What you should do:
Every line from the one containing "f 546 542 293" to the one containing "f 565 328 570" in the records below, both included, must be set down exactly, and no other line.

★ ★ ★ ★

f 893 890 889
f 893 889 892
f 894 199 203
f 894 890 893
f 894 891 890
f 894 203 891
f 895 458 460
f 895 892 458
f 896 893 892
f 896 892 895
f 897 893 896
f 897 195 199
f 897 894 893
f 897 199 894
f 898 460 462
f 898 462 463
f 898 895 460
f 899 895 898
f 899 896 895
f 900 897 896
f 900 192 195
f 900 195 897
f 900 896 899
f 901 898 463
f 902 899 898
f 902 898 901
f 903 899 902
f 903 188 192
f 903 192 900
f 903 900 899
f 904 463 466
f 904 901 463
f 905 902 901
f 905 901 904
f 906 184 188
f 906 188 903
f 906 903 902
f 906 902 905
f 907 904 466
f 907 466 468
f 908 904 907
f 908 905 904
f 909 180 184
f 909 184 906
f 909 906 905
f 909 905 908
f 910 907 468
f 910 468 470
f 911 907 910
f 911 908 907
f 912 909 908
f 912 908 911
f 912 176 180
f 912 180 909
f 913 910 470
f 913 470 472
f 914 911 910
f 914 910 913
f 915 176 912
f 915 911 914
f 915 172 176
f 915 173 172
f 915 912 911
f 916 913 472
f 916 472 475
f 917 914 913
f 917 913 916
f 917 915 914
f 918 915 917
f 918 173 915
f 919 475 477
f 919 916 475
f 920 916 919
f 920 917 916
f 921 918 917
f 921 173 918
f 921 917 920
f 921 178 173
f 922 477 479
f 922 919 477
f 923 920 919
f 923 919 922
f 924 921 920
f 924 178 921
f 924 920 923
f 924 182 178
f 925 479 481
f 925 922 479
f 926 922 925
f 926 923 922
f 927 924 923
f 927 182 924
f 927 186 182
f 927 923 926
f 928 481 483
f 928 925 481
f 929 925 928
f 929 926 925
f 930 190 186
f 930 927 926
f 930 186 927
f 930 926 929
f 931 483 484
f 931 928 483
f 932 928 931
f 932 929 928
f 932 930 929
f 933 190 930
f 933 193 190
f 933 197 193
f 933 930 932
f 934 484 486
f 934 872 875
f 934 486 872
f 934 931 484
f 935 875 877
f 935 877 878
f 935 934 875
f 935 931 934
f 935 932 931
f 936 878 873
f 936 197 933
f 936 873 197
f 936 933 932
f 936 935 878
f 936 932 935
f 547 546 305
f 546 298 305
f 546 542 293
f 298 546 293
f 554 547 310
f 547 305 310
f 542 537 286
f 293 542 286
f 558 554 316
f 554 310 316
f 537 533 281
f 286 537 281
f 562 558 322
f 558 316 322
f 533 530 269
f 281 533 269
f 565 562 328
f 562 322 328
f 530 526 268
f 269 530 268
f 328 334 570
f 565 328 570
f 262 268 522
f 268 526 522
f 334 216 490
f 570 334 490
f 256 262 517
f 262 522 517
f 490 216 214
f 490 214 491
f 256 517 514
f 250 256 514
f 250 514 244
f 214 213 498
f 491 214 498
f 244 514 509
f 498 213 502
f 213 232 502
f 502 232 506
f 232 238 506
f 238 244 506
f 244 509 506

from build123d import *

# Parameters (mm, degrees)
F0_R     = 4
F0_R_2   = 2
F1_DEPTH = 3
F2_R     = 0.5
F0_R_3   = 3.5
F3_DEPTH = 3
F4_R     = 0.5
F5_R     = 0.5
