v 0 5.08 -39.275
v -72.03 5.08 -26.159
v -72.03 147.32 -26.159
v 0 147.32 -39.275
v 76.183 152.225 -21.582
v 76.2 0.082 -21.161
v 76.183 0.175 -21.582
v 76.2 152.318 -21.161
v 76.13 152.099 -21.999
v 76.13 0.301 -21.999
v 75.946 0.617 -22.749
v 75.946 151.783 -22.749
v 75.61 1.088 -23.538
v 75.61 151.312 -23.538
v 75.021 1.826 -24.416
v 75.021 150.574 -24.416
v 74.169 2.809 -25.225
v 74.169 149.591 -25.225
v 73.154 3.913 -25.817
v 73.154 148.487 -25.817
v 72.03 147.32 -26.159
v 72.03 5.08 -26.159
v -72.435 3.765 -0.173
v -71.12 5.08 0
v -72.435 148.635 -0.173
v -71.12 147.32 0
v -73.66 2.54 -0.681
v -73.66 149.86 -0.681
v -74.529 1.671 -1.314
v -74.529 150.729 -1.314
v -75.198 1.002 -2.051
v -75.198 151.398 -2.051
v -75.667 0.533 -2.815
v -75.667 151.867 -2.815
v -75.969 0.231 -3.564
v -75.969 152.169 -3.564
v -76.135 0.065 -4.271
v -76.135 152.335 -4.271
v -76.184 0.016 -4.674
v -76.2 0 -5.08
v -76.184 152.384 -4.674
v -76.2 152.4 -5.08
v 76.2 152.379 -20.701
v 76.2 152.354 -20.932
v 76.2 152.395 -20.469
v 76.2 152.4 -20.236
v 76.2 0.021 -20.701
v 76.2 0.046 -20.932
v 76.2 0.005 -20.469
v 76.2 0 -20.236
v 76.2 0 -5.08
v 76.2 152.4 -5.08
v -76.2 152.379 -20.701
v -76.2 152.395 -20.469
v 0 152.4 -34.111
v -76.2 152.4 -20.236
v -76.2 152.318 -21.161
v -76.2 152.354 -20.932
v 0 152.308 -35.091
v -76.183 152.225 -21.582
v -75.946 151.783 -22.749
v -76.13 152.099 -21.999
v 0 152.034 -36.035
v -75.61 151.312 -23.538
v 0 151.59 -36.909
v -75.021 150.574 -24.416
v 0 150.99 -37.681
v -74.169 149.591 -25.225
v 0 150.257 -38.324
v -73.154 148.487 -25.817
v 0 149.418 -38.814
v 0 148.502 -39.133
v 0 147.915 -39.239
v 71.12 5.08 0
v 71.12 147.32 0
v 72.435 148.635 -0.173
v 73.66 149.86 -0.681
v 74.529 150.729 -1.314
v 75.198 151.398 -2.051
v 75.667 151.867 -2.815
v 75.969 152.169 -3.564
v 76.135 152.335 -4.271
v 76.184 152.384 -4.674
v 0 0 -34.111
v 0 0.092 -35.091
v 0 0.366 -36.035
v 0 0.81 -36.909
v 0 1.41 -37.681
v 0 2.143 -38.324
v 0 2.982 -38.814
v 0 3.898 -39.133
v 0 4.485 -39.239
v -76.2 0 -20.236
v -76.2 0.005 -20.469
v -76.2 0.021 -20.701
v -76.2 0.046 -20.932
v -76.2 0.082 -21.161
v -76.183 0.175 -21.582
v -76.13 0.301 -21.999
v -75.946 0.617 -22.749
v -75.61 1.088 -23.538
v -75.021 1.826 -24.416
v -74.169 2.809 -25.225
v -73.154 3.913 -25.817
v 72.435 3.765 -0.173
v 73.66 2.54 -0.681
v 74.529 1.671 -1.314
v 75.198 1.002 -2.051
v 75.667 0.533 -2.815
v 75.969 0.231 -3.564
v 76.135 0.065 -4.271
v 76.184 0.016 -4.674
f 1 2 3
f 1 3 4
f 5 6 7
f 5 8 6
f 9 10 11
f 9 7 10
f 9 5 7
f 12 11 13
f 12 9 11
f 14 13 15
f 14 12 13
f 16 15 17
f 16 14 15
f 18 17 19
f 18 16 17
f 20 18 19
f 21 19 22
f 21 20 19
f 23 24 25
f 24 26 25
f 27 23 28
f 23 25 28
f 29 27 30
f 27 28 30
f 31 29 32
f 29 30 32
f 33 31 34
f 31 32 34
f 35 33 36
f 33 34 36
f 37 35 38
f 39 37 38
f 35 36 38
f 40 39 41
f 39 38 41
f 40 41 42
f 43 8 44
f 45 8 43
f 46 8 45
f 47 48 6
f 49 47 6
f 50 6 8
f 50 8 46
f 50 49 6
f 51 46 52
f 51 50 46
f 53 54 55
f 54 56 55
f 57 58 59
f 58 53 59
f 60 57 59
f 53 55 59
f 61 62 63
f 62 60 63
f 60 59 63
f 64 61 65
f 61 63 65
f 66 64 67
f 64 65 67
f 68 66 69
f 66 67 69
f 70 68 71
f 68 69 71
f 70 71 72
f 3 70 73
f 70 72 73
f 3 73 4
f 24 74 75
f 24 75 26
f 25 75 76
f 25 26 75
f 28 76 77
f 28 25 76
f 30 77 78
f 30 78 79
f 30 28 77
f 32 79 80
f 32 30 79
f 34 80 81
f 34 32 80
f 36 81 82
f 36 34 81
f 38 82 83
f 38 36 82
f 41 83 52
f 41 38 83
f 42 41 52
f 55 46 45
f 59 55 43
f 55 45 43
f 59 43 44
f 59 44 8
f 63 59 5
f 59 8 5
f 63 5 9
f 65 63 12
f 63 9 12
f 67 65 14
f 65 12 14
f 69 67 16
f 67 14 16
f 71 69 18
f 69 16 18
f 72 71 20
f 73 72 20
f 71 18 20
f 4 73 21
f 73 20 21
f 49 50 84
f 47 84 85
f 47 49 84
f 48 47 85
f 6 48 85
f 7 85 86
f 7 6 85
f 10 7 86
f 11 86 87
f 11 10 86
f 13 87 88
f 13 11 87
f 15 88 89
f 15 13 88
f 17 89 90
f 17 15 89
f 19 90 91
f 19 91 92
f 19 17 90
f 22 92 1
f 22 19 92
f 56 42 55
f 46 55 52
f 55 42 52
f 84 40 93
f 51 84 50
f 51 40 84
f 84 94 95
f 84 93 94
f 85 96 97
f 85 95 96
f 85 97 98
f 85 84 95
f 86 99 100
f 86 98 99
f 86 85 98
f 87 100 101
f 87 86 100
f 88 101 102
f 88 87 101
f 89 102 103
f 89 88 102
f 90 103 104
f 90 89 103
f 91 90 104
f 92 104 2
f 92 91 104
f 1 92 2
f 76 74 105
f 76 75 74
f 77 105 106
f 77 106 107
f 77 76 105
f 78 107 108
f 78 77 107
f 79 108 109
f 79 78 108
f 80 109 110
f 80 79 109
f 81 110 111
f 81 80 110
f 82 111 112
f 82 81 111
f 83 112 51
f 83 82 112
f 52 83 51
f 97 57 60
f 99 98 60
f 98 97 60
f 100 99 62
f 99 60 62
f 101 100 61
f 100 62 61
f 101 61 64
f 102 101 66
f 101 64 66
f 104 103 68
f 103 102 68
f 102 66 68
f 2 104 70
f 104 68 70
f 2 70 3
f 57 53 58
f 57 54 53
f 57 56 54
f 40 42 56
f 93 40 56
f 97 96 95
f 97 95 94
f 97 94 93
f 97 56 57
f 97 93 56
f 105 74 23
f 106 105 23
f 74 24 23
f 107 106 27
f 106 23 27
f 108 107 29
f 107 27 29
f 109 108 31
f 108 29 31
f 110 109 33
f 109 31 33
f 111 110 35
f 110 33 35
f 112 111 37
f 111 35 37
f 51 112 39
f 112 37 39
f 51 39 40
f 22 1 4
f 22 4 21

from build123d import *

# Parameters (mm, degrees)
F1_DEPTH = 152.4
F2_R     = 5.08
F3_R     = 5.08


with BuildPart() as f1:
    # F0 (on Front) → F1 (new body)
    with BuildSketch(Plane.XZ):
        Polygon((76.2, 0), (0, 0), (-76.2, 0), (-76.2, -25.4), (0, -39.274979), (76.2, -25.4), align=None)
    extrude(amount=-F1_DEPTH)

    # F2
    f2_edges = [f1.edges().sort_by_distance(p)[0] for p in [
        (76.2, 76.2, 0),
        (0, 152.4, 0),
        (-76.2, 76.2, 0),
        (0, 0, 0),
    ]]
    fillet(f2_edges, radius=F2_R)

    # F3
    f3_edges = [f1.edges().sort_by_distance(p)[0] for p in [
        (76.2, 76.2, -25.4),
        (38.1, 0, -32.33749),
        (-38.1, 0, -32.33749),
        (38.1, 152.4, -32.33749),
        (-38.1, 152.4, -32.33749),
        (-76.2, 76.2, -25.4),
    ]]
    fillet(f3_edges, radius=F3_R)


solid = f1.part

★ ★ ★ ★

Exercise response:
f 546 542 293
f 298 546 293
f 554 547 310
f 547 305 310
f 542 537 286
f 293 542 286
f 558 554 316
f 554 310 316
f 537 533 281
f 286 537 281
f 562 558 322
f 558 316 322
f 533 530 269
f 281 533 269
f 565 562 328
f 562 322 328
f 530 526 268
f 269 530 268
f 328 334 570
f 565 328 570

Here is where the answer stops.